Your task: From the first line of the data below, repeat each line exactly until you reach the line with "# FreeCAD 1.0 macro for this part"; include that line too.

Data in this exercise Start Marker

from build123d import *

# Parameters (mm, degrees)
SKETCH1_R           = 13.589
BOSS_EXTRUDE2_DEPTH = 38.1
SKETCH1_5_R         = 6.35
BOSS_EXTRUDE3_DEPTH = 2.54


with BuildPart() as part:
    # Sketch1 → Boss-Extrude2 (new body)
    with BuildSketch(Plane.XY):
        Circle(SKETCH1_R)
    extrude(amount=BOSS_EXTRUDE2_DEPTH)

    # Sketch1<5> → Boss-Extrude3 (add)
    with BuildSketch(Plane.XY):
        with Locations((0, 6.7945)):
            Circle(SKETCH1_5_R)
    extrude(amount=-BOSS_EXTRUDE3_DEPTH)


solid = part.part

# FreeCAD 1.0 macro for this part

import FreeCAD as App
import Part
import Sketcher

V = App.Vector
Q = App.Units.Quantity

doc = App.newDocument("Part")
body = doc.addObject("PartDesign::Body", "Body")

# Sketch on XY plane
sketch1 = body.newObject("Sketcher::SketchObject", "Sketch")
sketch1.AttachmentSupport = (doc.getObject("XY_Plane"), [""])
sketch1.MapMode = "FlatFace"
sketch1.addGeometry(Part.Circle(V(0, 0, 0), V(0, 0, 1), 13.589), False)
sketch1.addConstraint([
    Sketcher.Constraint("Coincident", 0, 3, -1, 1),
    Sketcher.Constraint("Diameter", 0, Q("1.07 in")),
])
pad1 = body.newObject("PartDesign::Pad", "Pad")
pad1.Profile = sketch1
pad1.Length = Q("1.5 in")

# Sketch on XY plane
sketch2 = body.newObject("Sketcher::SketchObject", "Sketch001")
sketch2.AttachmentSupport = (doc.getObject("XY_Plane"), [""])
sketch2.MapMode = "FlatFace"
sketch2.addGeometry(Part.Circle(V(0, 6.7945, 0), V(0, 0, 1), 6.35), False)
sketch2.addConstraint([
    Sketcher.Constraint("PointOnObject", 0, 3, -2),
    Sketcher.Constraint("Diameter", 0, Q("0.5 in")),
    Sketcher.Constraint("DistanceY", -1, 1, 0, 3, Q("0.2675 in")),
])
pad2 = body.newObject("PartDesign::Pad", "Pad001")
pad2.Profile = sketch2
pad2.Length = Q("0.1 in")
pad2.Reversed = True

doc.recompute()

Data in this exercise End Marker

Task answer:
from build123d import *

# Parameters (mm, degrees)
SKETCH1_R           = 13.589
BOSS_EXTRUDE2_DEPTH = 38.1
SKETCH1_5_R         = 6.35
BOSS_EXTRUDE3_DEPTH = 2.54


with BuildPart() as part:
    # Sketch1 → Boss-Extrude2 (new body)
    with BuildSketch(Plane.XY):
        Circle(SKETCH1_R)
    extrude(amount=BOSS_EXTRUDE2_DEPTH)

    # Sketch1<5> → Boss-Extrude3 (add)
    with BuildSketch(Plane.XY):
        with Locations((0, 6.7945)):
            Circle(SKETCH1_5_R)
    extrude(amount=-BOSS_EXTRUDE3_DEPTH)


solid = part.part

# FreeCAD 1.0 macro for this part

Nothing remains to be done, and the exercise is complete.